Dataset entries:
>>>
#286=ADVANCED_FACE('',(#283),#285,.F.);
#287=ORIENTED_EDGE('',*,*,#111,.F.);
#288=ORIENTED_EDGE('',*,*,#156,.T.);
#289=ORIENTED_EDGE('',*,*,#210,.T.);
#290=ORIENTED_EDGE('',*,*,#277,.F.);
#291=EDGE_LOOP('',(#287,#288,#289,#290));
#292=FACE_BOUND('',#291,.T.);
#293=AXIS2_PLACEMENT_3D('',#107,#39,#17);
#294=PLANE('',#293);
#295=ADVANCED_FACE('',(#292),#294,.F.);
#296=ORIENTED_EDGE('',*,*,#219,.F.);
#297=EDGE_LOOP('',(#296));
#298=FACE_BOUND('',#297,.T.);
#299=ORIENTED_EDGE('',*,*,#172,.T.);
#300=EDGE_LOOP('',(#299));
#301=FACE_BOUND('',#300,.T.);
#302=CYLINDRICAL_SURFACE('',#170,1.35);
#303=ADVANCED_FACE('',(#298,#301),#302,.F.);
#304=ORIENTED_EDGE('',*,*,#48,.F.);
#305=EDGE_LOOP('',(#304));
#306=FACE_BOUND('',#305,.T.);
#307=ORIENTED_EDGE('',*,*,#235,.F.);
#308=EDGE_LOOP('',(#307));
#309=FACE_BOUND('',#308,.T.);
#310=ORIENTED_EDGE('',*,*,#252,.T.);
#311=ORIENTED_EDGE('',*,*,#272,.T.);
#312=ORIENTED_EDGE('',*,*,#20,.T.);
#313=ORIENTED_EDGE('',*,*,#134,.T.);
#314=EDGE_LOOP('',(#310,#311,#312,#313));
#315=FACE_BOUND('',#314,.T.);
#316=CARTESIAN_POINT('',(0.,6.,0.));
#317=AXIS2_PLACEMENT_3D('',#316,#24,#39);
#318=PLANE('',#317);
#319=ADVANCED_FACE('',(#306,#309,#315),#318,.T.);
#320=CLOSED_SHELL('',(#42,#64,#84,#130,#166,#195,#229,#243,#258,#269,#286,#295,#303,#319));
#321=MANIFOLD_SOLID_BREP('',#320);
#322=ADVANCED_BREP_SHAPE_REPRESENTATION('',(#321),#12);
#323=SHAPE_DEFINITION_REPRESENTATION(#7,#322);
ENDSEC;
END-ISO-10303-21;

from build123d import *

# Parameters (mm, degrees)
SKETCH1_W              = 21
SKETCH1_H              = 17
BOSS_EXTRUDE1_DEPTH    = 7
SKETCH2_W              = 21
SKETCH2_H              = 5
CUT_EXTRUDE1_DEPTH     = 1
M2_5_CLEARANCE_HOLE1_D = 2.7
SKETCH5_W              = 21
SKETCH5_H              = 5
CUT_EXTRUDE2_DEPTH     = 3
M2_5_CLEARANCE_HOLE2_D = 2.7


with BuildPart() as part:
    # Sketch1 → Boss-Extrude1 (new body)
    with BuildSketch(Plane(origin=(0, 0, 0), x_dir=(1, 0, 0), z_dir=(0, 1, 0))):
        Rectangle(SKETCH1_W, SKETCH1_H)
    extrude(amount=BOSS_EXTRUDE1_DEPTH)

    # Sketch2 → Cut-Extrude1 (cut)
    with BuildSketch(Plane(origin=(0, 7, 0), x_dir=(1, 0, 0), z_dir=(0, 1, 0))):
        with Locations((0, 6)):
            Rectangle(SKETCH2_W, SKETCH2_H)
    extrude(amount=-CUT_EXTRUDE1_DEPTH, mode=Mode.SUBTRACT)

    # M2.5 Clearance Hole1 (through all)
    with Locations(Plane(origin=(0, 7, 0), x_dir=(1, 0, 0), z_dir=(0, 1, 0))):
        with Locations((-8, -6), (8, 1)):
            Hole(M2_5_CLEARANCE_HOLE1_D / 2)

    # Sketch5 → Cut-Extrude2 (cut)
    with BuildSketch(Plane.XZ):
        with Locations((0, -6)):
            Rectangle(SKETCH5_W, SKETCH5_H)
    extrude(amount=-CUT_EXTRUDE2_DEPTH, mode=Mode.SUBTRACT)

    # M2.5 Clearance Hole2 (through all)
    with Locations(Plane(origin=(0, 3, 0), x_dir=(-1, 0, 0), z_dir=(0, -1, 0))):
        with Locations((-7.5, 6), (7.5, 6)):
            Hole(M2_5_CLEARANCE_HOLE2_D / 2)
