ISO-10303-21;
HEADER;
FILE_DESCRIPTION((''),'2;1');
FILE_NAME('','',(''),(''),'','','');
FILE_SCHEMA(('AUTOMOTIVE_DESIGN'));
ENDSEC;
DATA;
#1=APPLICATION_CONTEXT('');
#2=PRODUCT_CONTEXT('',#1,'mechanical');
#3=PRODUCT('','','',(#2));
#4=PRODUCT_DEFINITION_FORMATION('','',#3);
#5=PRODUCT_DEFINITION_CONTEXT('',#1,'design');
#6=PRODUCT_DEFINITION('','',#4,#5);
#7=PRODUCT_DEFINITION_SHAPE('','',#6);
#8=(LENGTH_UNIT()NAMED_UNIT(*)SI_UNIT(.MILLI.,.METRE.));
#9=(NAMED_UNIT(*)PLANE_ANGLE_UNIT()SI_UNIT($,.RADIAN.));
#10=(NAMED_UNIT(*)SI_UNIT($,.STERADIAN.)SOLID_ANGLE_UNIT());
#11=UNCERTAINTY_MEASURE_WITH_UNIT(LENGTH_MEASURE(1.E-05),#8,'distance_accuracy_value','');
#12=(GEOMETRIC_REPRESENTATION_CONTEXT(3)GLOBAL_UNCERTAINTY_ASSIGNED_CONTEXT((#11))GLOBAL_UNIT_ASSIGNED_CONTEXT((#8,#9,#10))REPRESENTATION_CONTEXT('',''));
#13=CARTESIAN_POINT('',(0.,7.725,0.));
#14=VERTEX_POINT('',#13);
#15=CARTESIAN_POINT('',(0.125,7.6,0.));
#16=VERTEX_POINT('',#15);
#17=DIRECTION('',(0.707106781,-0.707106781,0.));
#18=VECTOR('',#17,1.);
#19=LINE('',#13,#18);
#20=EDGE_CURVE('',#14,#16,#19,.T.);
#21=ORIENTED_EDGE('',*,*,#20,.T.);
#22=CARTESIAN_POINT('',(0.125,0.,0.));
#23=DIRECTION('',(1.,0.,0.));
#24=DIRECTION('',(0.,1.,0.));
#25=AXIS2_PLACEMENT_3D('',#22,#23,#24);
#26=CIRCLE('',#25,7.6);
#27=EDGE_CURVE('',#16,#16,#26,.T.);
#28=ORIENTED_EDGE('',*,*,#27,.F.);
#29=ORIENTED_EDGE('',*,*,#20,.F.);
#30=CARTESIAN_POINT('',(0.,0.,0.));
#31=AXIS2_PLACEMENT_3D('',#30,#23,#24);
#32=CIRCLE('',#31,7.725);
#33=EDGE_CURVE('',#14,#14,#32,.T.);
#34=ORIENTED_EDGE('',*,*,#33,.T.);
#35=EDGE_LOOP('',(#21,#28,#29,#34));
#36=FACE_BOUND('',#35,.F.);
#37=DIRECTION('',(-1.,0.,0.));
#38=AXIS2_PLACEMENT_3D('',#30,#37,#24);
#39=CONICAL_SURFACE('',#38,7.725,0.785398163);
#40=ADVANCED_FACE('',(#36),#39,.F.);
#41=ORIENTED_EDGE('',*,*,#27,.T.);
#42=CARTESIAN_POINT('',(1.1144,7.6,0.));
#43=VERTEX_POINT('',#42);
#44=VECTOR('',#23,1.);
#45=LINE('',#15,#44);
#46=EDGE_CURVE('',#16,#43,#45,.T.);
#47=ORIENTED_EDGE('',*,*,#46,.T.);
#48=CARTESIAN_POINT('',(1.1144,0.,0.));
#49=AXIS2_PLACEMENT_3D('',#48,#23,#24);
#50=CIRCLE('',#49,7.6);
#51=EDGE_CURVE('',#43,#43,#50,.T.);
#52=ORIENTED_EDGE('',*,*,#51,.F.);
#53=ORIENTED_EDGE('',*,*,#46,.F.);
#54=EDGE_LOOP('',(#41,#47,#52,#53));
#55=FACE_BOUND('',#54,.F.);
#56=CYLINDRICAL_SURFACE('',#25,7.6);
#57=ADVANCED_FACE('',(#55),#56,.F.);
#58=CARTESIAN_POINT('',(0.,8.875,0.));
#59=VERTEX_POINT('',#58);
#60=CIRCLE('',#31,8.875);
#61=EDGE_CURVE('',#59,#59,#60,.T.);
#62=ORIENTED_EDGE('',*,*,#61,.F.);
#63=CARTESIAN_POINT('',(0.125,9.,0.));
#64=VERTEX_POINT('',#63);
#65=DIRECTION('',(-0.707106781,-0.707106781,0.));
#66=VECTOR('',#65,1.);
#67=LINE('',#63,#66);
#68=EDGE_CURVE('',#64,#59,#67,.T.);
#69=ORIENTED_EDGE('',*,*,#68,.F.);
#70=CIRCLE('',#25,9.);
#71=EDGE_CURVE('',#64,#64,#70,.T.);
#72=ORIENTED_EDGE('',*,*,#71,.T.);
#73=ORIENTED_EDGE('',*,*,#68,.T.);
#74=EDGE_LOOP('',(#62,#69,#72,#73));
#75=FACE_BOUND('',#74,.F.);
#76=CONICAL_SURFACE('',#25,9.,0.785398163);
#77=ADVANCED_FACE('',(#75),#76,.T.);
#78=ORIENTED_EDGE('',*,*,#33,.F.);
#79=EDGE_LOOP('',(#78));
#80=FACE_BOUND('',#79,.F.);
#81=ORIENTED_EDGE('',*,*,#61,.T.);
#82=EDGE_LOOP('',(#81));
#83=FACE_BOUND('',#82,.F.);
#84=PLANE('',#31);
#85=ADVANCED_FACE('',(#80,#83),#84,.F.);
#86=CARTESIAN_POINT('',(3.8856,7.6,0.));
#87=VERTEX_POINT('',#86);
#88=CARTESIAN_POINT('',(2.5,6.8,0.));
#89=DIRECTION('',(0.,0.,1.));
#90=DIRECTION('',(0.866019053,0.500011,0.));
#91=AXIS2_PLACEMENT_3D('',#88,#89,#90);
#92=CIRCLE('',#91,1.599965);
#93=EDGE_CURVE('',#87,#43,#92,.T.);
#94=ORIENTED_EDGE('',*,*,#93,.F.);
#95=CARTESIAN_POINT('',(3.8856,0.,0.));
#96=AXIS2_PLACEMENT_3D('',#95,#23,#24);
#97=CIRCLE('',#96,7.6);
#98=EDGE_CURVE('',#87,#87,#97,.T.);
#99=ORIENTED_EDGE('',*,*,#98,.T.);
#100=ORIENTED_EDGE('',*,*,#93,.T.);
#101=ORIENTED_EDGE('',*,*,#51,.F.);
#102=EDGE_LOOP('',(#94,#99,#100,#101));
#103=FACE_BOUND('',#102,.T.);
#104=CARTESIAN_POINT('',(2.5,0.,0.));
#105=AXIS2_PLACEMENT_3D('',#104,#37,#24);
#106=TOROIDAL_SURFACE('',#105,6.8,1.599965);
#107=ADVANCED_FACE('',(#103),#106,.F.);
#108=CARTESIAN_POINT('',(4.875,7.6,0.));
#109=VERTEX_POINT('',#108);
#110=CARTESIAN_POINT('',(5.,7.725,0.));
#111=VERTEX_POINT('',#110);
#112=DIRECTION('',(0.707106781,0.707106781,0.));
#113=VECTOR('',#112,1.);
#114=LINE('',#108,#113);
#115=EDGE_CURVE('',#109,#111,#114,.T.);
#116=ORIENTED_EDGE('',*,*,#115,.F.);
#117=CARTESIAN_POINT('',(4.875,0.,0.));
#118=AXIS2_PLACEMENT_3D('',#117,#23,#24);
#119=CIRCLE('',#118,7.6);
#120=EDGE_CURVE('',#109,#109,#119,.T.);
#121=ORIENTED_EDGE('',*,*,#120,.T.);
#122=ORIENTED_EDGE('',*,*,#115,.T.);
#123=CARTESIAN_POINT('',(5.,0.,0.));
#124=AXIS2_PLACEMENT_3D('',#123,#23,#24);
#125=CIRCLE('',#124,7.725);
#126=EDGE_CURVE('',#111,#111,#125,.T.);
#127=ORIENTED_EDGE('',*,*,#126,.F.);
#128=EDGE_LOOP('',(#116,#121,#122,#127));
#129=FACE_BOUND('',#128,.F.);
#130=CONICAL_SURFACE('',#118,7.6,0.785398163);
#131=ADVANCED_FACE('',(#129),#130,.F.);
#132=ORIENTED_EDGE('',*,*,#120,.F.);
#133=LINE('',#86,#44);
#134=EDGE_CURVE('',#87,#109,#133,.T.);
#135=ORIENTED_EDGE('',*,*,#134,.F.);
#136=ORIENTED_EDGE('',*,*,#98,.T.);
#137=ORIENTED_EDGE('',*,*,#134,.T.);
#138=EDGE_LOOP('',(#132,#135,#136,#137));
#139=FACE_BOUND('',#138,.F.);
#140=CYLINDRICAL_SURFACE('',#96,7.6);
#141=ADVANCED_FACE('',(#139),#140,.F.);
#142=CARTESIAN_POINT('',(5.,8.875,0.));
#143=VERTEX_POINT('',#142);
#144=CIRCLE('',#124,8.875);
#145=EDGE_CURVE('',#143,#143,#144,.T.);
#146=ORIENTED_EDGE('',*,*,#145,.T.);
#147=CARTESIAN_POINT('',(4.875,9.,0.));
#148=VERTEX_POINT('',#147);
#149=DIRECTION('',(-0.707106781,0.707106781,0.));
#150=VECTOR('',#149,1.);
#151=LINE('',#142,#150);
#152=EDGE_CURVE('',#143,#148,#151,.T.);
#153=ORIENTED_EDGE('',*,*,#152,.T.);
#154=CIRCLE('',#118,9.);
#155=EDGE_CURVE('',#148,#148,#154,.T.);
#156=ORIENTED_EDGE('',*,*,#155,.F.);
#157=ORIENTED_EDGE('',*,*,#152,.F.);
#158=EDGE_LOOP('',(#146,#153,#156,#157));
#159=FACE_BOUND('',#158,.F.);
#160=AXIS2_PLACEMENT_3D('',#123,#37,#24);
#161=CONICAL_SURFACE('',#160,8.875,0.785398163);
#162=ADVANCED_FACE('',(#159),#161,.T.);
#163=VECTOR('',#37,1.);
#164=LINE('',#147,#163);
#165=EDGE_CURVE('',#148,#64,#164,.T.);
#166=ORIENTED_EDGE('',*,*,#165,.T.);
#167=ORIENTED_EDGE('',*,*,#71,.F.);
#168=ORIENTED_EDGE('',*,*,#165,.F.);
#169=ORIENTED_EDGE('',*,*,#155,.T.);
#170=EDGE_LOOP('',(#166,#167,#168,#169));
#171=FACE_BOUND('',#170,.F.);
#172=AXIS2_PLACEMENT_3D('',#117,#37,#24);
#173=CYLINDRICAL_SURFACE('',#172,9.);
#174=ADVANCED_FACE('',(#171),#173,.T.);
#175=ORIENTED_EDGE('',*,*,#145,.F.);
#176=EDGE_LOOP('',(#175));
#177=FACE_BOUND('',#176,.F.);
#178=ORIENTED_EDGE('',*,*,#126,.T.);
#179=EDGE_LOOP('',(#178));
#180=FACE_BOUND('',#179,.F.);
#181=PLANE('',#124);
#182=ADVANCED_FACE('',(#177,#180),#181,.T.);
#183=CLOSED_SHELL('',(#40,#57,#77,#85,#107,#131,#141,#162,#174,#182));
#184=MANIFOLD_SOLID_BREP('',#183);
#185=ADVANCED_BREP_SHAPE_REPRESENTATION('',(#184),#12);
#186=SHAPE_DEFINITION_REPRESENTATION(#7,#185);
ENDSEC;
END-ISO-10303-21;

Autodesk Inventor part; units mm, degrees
sketch "Sketch_3" plane through (0, 0, 0) normal (0, 0, 1) x (1, 0, 0)
  line L0 (5, 0) -> (0, 0)
  line L1 (0, 8.875) -> (0, 7.725)
  line L2 (0, 7.725) -> (0.125, 7.6)
  line L3 (0.125, 7.6) -> (1.1144, 7.6)
  arc A0 (3.8856, 7.6) -> (1.1144, 7.6) centre (2.5, 6.8) ccw
  line L4 (3.8856, 7.6) -> (4.875, 7.6)
  line L5 (4.875, 7.6) -> (5, 7.725)
  line L6 (5, 7.725) -> (5, 8.875)
  line L7 (5, 8.875) -> (4.875, 9)
  line L8 (4.875, 9) -> (0.125, 9)
  line L9 (0.125, 9) -> (0, 8.875)
revolve "Revolution1" add sketch "Sketch_3" angle 360 about axis through (5, 0, 0) along (1, 0, 0)
ref_plane "OR_Cage_XY" through (0, 0, 0) normal (1, 0, 0) x (0, 0, -1)
ref_plane "OR_Cage_YZ" through (0, 0, 0) normal (0, 0, -1) x (0, 1, 0)
ref_plane "OR_Cage_ZX" through (0, 0, 0) normal (0, 1, 0) x (1, 0, 0)
ref_plane "OR_IR_XY" through (0, 0, 0) normal (1, 0, 0) x (0, 0, -1)
ref_plane "OR_IR_YZ" through (0, 0, 0) normal (0, 0, -1) x (0, 1, 0)
ref_plane "OR_IR_ZX" through (0, 0, 0) normal (0, 1, 0) x (1, 0, 0)
ref_plane "OR_ball_1_XY" through (2.5, 6.8, 0) normal (1, 0, 0) x (0, 0, -1)
ref_plane "OR_ball_1_YZ" through (2.5, 6.8, 0) normal (0, 0, -1) x (0, 1, 0)
ref_plane "OR_ball_1_ZX" through (2.5, 6.8, 0) normal (0, 1, 0) x (1, 0, 0)
ref_plane "OR_ball_2_XY" through (2.5, 3.4, 5.889) normal (1, 0, 0) x (0, 0, -1)
ref_plane "OR_ball_2_YZ" through (2.5, 3.4, 5.889) normal (0, 0, -1) x (0, 1, 0)
ref_plane "OR_ball_2_ZX" through (2.5, 3.4, 5.889) normal (0, 1, 0) x (1, 0, 0)
ref_plane "OR_ball_3_XY" through (2.5, -3.4, 5.889) normal (1, 0, 0) x (0, 0, -1)
ref_plane "OR_ball_3_YZ" through (2.5, -3.4, 5.889) normal (0, 0, -1) x (0, 1, 0)
ref_plane "OR_ball_3_ZX" through (2.5, -3.4, 5.889) normal (0, 1, 0) x (1, 0, 0)
ref_plane "OR_ball_4_XY" through (2.5, -6.8, 0) normal (1, 0, 0) x (0, 0, -1)
ref_plane "OR_ball_4_YZ" through (2.5, -6.8, 0) normal (0, 0, -1) x (0, 1, 0)
ref_plane "OR_ball_4_ZX" through (2.5, -6.8, 0) normal (0, 1, 0) x (1, 0, 0)
ref_plane "OR_ball_5_XY" through (2.5, -3.4, -5.889) normal (1, 0, 0) x (0, 0, -1)
ref_plane "OR_ball_5_YZ" through (2.5, -3.4, -5.889) normal (0, 0, -1) x (0, 1, 0)
ref_plane "OR_ball_5_ZX" through (2.5, -3.4, -5.889) normal (0, 1, 0) x (1, 0, 0)
ref_plane "OR_ball_6_XY" through (2.5, 3.4, -5.889) normal (1, 0, 0) x (0, 0, -1)
ref_plane "OR_ball_6_YZ" through (2.5, 3.4, -5.889) normal (0, 0, -1) x (0, 1, 0)
ref_plane "OR_ball_6_ZX" through (2.5, 3.4, -5.889) normal (0, 1, 0) x (1, 0, 0)
properties part number "040102DR-18-H8_or_CPY"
<<<
INSTRUCTIONS TO FOLLOW: Exact copies of the lines from the start of the data up to the line holding "# Sketch1 → Boss-Extrude1 (new body)", both included, are all that is needed.

PROBLEM SOLUTION:
#286=ADVANCED_FACE('',(#283),#285,.F.);
#287=ORIENTED_EDGE('',*,*,#111,.F.);
#288=ORIENTED_EDGE('',*,*,#156,.T.);
#289=ORIENTED_EDGE('',*,*,#210,.T.);
#290=ORIENTED_EDGE('',*,*,#277,.F.);
#291=EDGE_LOOP('',(#287,#288,#289,#290));
#292=FACE_BOUND('',#291,.T.);
#293=AXIS2_PLACEMENT_3D('',#107,#39,#17);
#294=PLANE('',#293);
#295=ADVANCED_FACE('',(#292),#294,.F.);
#296=ORIENTED_EDGE('',*,*,#219,.F.);
#297=EDGE_LOOP('',(#296));
#298=FACE_BOUND('',#297,.T.);
#299=ORIENTED_EDGE('',*,*,#172,.T.);
#300=EDGE_LOOP('',(#299));
#301=FACE_BOUND('',#300,.T.);
#302=CYLINDRICAL_SURFACE('',#170,1.35);
#303=ADVANCED_FACE('',(#298,#301),#302,.F.);
#304=ORIENTED_EDGE('',*,*,#48,.F.);
#305=EDGE_LOOP('',(#304));
#306=FACE_BOUND('',#305,.T.);
#307=ORIENTED_EDGE('',*,*,#235,.F.);
#308=EDGE_LOOP('',(#307));
#309=FACE_BOUND('',#308,.T.);
#310=ORIENTED_EDGE('',*,*,#252,.T.);
#311=ORIENTED_EDGE('',*,*,#272,.T.);
#312=ORIENTED_EDGE('',*,*,#20,.T.);
#313=ORIENTED_EDGE('',*,*,#134,.T.);
#314=EDGE_LOOP('',(#310,#311,#312,#313));
#315=FACE_BOUND('',#314,.T.);
#316=CARTESIAN_POINT('',(0.,6.,0.));
#317=AXIS2_PLACEMENT_3D('',#316,#24,#39);
#318=PLANE('',#317);
#319=ADVANCED_FACE('',(#306,#309,#315),#318,.T.);
#320=CLOSED_SHELL('',(#42,#64,#84,#130,#166,#195,#229,#243,#258,#269,#286,#295,#303,#319));
#321=MANIFOLD_SOLID_BREP('',#320);
#322=ADVANCED_BREP_SHAPE_REPRESENTATION('',(#321),#12);
#323=SHAPE_DEFINITION_REPRESENTATION(#7,#322);
ENDSEC;
END-ISO-10303-21;

from build123d import *

# Parameters (mm, degrees)
SKETCH1_W              = 21
SKETCH1_H              = 17
BOSS_EXTRUDE1_DEPTH    = 7
SKETCH2_W              = 21
SKETCH2_H              = 5
CUT_EXTRUDE1_DEPTH     = 1
M2_5_CLEARANCE_HOLE1_D = 2.7
SKETCH5_W              = 21
SKETCH5_H              = 5
CUT_EXTRUDE2_DEPTH     = 3
M2_5_CLEARANCE_HOLE2_D = 2.7


with BuildPart() as part:
    # Sketch1 → Boss-Extrude1 (new body)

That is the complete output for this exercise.